Danny Danon, a member of Benjamin Netanyahu’s Likud party, wrote in a Facebook
status later the same evening: “Israel is at war. An enemy state of
infiltrators was established in Israel, and its capital is south Tel Aviv.”

According to Israeli government figures, there are currently 60,000 African
asylum seekers in Israel. The vast majority come from Eritrea and Sudan and
were smuggled into the country by foot through Israel’s southern border with
Egypt, many having been beaten and tortured by their smugglers in camps in
the Sinai en route.

Israel terms any illegal immigrant through this border an ‘infiltrator’ and
estimate 90 per cent are economic migrants coming to Israel to look for work
– a stark contrast to the figures in England and Canada, where 66 per cent
and 96 per cent of Eritreans who arrive illegally are granted refugee status.

The Israeli government currently does not deport Eritreans or Sudanese however
Yehuda Weinstein, Israel’s attorney general, will appear before the
Jerusalem District Court next week to argue that there is no longer a legal
obstacle to expelling 700 Southern Sudanese refugees. If approved, Israel
will be the first country to have reached this decision.

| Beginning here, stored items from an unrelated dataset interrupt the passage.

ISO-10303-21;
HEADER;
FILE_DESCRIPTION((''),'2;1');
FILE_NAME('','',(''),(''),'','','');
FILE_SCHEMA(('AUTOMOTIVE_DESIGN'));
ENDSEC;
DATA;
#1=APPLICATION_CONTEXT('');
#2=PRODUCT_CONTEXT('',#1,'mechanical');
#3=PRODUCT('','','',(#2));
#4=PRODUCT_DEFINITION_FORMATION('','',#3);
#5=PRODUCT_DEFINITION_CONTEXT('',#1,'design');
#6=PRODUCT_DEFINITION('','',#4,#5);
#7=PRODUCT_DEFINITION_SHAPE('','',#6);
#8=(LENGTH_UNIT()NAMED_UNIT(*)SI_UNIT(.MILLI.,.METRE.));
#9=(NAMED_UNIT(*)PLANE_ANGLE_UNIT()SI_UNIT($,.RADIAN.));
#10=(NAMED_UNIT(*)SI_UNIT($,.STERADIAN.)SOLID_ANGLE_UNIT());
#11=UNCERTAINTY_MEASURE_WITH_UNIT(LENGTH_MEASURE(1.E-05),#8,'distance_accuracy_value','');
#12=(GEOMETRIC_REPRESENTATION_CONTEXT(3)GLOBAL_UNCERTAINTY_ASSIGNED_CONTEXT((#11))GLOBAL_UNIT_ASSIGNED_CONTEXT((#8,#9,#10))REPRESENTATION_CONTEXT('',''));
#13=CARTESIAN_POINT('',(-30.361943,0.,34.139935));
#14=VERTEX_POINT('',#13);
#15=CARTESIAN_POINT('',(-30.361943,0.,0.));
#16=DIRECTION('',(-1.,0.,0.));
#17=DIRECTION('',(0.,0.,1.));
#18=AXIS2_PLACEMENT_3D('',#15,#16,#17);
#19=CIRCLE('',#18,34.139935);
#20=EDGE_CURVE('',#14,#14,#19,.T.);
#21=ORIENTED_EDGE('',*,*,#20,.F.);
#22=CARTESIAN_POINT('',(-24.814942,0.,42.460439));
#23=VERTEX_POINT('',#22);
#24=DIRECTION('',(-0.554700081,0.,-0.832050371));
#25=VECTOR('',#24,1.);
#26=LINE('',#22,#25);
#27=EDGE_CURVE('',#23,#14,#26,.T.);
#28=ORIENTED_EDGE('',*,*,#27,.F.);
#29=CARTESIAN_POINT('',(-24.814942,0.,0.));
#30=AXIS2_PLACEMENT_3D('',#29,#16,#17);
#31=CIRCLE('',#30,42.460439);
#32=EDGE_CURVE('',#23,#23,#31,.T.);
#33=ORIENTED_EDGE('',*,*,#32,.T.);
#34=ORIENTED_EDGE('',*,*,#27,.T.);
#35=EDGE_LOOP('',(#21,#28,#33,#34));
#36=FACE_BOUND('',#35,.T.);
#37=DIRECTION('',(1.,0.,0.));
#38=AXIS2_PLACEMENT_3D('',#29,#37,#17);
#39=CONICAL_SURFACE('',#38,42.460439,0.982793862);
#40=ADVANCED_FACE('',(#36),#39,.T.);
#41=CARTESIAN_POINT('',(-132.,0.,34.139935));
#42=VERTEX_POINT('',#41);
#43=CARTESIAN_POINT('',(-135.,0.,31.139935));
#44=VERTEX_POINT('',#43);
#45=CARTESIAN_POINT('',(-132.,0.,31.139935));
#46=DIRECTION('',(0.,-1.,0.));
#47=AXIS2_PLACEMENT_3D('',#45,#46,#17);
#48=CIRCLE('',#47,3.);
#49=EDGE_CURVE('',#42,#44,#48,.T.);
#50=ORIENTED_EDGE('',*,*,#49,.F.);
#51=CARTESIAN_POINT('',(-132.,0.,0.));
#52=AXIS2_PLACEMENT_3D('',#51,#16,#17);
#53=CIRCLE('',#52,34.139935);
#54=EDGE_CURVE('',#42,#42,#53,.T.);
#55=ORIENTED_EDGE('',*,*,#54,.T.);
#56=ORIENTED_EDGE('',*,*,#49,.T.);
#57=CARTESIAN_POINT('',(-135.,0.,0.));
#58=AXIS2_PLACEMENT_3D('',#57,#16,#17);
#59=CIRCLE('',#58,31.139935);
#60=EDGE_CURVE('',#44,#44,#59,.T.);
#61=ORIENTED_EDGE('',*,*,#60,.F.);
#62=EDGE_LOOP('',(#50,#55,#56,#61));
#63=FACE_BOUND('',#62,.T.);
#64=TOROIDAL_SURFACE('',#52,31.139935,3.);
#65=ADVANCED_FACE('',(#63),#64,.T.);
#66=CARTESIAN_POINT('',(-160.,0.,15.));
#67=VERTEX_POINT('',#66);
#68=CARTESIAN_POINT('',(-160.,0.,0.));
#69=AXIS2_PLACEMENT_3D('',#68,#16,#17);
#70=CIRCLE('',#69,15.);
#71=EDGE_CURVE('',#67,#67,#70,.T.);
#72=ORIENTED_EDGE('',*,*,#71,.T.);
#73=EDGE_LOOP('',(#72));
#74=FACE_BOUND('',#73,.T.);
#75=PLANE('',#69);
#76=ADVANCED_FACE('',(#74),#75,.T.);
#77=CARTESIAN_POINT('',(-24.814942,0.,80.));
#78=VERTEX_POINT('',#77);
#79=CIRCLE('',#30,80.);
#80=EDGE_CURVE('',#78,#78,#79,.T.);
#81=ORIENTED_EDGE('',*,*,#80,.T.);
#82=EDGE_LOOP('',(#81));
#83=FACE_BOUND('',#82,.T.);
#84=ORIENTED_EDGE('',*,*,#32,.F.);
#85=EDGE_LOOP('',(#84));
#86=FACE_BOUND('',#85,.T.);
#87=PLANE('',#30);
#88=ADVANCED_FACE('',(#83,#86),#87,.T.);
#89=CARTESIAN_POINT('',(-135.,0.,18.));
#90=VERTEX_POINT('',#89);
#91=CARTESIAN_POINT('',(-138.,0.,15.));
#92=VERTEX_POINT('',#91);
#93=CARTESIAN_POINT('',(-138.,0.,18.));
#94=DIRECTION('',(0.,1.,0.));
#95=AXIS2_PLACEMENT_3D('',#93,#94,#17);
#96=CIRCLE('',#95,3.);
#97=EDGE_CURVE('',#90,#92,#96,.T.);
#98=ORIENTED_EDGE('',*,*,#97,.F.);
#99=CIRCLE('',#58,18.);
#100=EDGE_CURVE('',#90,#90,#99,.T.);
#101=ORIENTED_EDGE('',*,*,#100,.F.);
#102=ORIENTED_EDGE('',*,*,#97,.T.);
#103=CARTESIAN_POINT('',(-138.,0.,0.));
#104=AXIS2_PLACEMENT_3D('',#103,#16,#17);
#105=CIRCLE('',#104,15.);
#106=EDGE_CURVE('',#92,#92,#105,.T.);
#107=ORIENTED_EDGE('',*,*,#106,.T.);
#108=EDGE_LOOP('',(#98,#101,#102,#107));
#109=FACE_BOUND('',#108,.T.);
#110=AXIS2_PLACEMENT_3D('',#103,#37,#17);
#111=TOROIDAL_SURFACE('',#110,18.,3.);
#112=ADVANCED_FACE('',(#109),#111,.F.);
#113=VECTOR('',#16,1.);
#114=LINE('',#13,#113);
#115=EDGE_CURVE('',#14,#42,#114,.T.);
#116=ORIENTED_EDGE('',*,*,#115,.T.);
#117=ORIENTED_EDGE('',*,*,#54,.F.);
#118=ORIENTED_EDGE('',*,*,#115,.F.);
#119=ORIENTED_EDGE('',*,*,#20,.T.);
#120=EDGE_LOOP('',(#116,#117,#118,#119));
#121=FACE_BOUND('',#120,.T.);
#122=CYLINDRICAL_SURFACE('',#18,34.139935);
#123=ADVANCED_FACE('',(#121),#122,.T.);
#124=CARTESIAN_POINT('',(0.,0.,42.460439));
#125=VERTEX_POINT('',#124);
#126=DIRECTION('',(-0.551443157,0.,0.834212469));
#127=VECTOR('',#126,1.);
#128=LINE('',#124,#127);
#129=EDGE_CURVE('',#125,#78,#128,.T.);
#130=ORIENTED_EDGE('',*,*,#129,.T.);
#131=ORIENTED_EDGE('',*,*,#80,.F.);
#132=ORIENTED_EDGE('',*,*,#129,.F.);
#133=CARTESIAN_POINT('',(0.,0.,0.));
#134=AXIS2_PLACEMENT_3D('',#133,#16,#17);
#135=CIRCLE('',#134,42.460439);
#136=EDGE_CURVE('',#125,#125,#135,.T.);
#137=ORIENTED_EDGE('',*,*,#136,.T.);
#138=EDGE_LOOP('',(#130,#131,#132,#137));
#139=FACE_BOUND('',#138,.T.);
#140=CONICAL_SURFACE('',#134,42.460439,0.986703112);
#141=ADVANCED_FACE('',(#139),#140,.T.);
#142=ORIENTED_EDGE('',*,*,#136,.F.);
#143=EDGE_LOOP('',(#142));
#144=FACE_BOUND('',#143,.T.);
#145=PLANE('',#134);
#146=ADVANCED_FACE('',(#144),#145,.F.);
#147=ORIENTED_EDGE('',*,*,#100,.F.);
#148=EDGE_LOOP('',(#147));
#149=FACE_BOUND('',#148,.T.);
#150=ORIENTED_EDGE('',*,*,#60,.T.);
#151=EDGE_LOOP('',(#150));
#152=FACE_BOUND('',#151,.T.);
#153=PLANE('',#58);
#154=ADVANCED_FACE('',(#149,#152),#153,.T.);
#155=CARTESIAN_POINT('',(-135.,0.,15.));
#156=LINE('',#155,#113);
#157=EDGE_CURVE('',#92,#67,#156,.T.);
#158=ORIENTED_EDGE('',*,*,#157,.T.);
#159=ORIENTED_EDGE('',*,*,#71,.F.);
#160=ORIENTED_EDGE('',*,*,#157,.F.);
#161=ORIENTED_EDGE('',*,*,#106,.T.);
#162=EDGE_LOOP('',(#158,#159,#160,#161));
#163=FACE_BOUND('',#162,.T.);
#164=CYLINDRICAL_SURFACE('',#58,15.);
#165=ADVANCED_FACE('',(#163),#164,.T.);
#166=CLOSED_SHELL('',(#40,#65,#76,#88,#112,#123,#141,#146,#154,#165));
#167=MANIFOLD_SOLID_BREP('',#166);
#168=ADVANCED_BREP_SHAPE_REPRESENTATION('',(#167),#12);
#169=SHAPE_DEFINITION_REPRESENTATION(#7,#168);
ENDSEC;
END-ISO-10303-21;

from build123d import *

# Parameters (mm, degrees)
F2_R = 3


with BuildPart() as f1:
    # F0 (on Front) → F1 (revolve)
    with BuildSketch(Plane.XZ):
        Polygon((-160, 15), (-160, 0), (0, 0), (0, 42.460439), (-24.814942, 80), (-24.814942, 42.460439), (-30.361943, 34.139935), (-135, 34.139935), (-135, 15), align=None)
    revolve(axis=Axis((-80, 0, 0), (-1, 0, 0)))

    # F2
    f2_edges = [f1.edges().sort_by_distance(p)[0] for p in [
        (-135, 0, -34.139935),
        (-135, 0, -15),
    ]]
    fillet(f2_edges, radius=F2_R)


solid = f1.part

Defending her position on Thursday, Ms Regev insisted that while she does not
condone violence, African immigrants pose a grave demographic threat to
Israel. “Israel should adopt the US protocol of returning infiltrators
to the border within 72 hours … Jews and Israelis are scared of living in
their country,” she said.

Mr Danon’s proposition to prevent further violence was to deport the city’s
African residents ” to detention facilities and remove Africans from
population centres”.

Bracing themselves for a second round of nationalist protests on Thursday
evening, the residents of Hatikva are struggling to resume normal life.

‘TJ’ says he is among the few who has left his home following the violence: “Black
people have been too afraid to leave their homes to go to work today. Racism
in Tel Aviv is not only getting worse it’s getting out of hand and the
police are no help. We are terrified.”